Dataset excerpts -
- Opening Delimiter -
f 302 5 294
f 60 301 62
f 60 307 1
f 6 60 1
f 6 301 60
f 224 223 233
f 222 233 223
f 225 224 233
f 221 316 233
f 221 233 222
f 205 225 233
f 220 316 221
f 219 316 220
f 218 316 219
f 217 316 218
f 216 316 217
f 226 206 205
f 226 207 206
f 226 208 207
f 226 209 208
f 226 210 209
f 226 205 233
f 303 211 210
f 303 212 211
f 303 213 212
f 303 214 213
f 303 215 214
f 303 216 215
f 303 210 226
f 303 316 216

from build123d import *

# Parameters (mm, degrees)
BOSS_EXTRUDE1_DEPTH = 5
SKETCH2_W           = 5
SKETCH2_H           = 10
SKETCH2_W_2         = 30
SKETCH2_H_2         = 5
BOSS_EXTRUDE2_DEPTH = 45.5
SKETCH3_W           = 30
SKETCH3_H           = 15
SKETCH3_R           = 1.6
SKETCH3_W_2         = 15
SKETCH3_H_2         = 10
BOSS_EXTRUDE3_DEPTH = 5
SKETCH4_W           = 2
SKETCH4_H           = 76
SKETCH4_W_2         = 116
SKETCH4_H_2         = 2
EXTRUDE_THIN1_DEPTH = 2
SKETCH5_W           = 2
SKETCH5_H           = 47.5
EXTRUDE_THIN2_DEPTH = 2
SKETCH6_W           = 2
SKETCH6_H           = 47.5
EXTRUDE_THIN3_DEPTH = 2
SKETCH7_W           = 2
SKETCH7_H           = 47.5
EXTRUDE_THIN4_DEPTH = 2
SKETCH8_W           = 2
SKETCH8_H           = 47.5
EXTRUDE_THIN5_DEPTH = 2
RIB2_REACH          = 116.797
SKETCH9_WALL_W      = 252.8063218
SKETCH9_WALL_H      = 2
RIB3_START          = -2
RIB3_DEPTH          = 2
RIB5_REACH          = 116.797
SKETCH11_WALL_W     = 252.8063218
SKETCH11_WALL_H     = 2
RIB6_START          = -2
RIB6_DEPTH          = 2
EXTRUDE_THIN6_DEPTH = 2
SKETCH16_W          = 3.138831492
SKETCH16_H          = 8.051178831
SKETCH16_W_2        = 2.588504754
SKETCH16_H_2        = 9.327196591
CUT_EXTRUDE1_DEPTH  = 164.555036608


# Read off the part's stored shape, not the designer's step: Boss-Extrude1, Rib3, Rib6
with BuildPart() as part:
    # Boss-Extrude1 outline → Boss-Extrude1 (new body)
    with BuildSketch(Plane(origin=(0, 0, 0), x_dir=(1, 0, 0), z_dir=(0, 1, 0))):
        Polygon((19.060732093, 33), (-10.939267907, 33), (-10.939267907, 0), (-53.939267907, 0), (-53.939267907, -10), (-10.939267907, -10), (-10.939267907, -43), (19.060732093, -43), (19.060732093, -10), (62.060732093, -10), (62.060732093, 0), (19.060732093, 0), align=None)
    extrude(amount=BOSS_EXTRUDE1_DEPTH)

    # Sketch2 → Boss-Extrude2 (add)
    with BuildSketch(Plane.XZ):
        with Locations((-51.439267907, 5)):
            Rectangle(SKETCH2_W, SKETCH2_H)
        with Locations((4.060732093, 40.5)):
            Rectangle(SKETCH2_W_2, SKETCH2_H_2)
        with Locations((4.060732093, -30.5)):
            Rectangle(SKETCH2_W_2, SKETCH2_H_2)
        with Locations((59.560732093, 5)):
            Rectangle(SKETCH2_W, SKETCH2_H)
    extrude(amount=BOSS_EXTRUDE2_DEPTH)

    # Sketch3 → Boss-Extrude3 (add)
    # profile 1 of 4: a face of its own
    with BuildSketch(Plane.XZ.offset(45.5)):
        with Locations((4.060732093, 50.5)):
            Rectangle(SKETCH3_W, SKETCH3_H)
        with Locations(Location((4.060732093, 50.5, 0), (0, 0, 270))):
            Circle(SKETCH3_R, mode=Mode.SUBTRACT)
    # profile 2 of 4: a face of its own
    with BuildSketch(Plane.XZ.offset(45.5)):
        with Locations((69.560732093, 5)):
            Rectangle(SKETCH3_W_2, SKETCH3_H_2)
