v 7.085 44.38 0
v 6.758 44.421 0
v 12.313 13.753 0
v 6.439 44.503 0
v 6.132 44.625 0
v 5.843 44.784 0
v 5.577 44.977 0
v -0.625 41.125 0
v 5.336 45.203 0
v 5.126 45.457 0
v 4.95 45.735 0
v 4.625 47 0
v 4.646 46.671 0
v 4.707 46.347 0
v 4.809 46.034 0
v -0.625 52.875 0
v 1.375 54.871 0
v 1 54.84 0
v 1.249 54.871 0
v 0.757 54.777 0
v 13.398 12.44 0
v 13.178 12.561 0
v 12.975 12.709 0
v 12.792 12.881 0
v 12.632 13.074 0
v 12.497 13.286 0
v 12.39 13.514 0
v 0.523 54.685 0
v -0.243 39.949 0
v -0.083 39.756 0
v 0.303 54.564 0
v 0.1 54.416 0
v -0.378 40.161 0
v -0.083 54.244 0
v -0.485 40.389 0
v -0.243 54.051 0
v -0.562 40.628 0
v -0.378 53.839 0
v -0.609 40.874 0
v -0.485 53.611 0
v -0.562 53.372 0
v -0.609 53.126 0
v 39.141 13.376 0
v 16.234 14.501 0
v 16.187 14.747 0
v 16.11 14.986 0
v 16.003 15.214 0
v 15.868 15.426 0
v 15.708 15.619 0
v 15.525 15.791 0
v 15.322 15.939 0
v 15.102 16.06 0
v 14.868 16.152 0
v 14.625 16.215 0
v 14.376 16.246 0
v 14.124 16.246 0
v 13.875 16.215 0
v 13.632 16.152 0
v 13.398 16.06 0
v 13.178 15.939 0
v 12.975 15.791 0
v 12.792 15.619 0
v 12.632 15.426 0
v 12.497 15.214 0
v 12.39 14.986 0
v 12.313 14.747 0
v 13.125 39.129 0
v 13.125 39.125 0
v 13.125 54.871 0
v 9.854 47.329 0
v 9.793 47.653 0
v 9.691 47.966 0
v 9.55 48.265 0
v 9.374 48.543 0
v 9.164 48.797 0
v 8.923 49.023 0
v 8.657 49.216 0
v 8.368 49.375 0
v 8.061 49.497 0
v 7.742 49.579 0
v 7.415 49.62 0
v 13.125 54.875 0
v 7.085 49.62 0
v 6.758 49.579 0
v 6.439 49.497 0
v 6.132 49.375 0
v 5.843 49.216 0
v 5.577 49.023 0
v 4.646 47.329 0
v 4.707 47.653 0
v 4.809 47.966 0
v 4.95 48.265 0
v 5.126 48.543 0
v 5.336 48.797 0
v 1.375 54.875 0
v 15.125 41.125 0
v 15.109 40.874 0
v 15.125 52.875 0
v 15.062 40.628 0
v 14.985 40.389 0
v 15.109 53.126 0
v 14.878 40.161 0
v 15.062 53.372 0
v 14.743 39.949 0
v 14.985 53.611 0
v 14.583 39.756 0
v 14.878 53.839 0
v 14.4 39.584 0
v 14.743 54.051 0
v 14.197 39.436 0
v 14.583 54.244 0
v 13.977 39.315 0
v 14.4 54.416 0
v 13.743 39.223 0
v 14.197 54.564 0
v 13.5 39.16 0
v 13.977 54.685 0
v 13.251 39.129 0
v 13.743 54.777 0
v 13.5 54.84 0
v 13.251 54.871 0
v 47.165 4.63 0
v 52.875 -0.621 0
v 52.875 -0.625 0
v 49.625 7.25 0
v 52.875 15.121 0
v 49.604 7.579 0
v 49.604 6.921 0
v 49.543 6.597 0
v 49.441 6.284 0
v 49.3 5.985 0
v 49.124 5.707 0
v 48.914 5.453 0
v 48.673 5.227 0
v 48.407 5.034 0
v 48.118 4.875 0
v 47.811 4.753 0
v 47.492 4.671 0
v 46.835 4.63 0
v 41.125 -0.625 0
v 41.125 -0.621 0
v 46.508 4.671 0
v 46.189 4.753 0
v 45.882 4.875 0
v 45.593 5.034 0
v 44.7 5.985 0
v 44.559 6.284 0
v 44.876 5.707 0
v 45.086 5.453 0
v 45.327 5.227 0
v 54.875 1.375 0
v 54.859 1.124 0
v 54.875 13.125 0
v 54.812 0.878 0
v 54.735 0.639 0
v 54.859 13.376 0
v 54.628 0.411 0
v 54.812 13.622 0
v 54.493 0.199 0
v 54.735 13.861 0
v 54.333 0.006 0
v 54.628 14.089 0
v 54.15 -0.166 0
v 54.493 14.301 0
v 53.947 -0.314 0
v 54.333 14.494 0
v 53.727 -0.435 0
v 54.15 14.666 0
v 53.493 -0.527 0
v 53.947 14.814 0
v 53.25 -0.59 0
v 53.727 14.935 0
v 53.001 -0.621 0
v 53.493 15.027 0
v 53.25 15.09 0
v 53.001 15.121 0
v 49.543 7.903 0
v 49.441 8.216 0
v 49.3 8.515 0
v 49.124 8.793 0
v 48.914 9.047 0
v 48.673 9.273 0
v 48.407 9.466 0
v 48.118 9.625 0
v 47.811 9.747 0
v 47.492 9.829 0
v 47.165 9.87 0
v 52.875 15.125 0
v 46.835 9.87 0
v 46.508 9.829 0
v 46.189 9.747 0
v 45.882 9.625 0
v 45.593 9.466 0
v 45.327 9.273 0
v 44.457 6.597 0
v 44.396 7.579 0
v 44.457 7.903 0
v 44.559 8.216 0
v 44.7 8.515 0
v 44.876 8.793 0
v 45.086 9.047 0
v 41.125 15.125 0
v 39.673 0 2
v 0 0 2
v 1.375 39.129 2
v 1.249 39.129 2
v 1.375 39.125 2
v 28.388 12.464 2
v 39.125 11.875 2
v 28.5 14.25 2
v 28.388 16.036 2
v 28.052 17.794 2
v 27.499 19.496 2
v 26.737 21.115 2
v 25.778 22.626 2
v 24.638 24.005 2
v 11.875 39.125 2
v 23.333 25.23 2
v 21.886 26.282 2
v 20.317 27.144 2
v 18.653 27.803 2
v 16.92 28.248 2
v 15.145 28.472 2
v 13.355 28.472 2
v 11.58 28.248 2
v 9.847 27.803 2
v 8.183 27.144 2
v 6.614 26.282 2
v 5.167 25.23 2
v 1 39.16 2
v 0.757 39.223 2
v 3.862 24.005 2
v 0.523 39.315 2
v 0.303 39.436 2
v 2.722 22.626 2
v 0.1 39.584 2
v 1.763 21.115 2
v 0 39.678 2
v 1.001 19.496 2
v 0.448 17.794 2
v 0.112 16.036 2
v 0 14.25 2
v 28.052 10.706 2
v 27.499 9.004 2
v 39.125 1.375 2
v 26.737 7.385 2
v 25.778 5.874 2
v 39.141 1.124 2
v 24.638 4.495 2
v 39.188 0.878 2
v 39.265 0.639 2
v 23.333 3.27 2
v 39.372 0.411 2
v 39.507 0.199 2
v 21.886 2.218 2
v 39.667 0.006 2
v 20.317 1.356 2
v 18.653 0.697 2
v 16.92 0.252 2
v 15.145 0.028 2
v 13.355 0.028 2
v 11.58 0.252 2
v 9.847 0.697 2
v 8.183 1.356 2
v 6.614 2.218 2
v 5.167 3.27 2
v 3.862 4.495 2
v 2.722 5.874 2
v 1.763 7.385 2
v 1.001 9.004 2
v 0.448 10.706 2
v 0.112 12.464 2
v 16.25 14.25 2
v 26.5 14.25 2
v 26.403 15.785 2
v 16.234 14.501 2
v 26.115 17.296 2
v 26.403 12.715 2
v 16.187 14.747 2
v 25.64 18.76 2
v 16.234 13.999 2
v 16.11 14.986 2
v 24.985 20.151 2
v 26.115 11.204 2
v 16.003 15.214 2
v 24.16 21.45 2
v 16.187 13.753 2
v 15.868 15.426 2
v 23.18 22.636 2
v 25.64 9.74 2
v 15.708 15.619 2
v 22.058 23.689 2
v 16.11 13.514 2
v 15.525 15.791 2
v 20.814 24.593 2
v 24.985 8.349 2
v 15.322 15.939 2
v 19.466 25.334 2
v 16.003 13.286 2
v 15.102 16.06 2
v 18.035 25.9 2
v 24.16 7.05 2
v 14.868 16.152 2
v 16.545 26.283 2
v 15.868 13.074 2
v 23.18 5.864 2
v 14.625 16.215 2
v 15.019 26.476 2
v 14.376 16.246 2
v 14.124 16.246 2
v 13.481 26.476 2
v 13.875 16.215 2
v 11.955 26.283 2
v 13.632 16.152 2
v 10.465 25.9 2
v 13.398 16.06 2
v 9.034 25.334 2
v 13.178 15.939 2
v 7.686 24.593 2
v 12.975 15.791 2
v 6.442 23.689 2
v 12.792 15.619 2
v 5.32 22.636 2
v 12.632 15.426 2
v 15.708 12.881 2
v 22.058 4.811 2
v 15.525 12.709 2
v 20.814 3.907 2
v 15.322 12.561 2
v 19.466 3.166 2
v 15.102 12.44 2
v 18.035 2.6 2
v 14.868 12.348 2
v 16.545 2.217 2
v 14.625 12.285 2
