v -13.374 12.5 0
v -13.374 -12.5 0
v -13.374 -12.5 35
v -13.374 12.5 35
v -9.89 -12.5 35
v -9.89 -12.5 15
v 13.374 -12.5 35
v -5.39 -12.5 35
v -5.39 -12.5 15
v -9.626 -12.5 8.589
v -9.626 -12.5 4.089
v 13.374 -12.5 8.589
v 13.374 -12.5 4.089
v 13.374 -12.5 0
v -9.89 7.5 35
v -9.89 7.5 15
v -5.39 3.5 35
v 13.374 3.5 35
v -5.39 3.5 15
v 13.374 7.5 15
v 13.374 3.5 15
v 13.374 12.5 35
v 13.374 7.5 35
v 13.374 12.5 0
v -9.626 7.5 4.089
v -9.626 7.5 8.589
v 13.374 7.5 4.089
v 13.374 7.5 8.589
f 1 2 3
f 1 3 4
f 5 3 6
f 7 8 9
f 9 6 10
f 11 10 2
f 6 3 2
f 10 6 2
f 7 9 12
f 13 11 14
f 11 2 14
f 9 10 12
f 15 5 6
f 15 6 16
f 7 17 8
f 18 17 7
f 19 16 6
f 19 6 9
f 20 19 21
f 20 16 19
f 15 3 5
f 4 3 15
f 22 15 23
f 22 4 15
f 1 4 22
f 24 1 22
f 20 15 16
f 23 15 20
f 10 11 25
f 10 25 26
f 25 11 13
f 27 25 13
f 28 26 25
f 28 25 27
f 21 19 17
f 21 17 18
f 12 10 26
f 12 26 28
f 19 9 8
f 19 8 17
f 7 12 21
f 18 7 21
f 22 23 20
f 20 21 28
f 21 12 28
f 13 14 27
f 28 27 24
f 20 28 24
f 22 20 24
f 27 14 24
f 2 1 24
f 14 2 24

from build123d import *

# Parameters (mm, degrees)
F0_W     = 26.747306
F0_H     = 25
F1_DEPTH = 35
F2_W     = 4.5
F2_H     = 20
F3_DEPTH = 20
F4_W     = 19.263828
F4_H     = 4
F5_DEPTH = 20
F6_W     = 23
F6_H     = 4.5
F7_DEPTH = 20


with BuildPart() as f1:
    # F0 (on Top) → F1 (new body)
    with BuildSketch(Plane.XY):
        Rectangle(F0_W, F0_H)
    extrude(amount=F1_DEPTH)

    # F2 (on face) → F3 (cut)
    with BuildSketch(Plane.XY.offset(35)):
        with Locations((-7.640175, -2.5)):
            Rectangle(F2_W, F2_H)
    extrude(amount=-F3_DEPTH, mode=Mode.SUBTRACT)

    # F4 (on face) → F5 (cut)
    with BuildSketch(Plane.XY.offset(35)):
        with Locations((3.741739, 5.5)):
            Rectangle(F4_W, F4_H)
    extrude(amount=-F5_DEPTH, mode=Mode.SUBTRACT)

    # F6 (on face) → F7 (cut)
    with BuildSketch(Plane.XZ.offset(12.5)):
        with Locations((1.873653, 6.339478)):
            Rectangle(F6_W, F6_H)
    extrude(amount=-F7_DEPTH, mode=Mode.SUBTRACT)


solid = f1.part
- Closing Delimiter -
YOUR GOAL - Give back, word for word, only the lines above from the line holding "v 49.543 7.903 0" to the line holding "v 27.499 9.004 2", both included.

RESPONSE BOX -
v 49.543 7.903 0
v 49.441 8.216 0
v 49.3 8.515 0
v 49.124 8.793 0
v 48.914 9.047 0
v 48.673 9.273 0
v 48.407 9.466 0
v 48.118 9.625 0
v 47.811 9.747 0
v 47.492 9.829 0
v 47.165 9.87 0
v 52.875 15.125 0
v 46.835 9.87 0
v 46.508 9.829 0
v 46.189 9.747 0
v 45.882 9.625 0
v 45.593 9.466 0
v 45.327 9.273 0
v 44.457 6.597 0
v 44.396 7.579 0
v 44.457 7.903 0
v 44.559 8.216 0
v 44.7 8.515 0
v 44.876 8.793 0
v 45.086 9.047 0
v 41.125 15.125 0
v 39.673 0 2
v 0 0 2
v 1.375 39.129 2
v 1.249 39.129 2
v 1.375 39.125 2
v 28.388 12.464 2
v 39.125 11.875 2
v 28.5 14.25 2
v 28.388 16.036 2
v 28.052 17.794 2
v 27.499 19.496 2
v 26.737 21.115 2
v 25.778 22.626 2
v 24.638 24.005 2
v 11.875 39.125 2
v 23.333 25.23 2
v 21.886 26.282 2
v 20.317 27.144 2
v 18.653 27.803 2
v 16.92 28.248 2
v 15.145 28.472 2
v 13.355 28.472 2
v 11.58 28.248 2
v 9.847 27.803 2
v 8.183 27.144 2
v 6.614 26.282 2
v 5.167 25.23 2
v 1 39.16 2
v 0.757 39.223 2
v 3.862 24.005 2
v 0.523 39.315 2
v 0.303 39.436 2
v 2.722 22.626 2
v 0.1 39.584 2
v 1.763 21.115 2
v 0 39.678 2
v 1.001 19.496 2
v 0.448 17.794 2
v 0.112 16.036 2
v 0 14.25 2
v 28.052 10.706 2
v 27.499 9.004 2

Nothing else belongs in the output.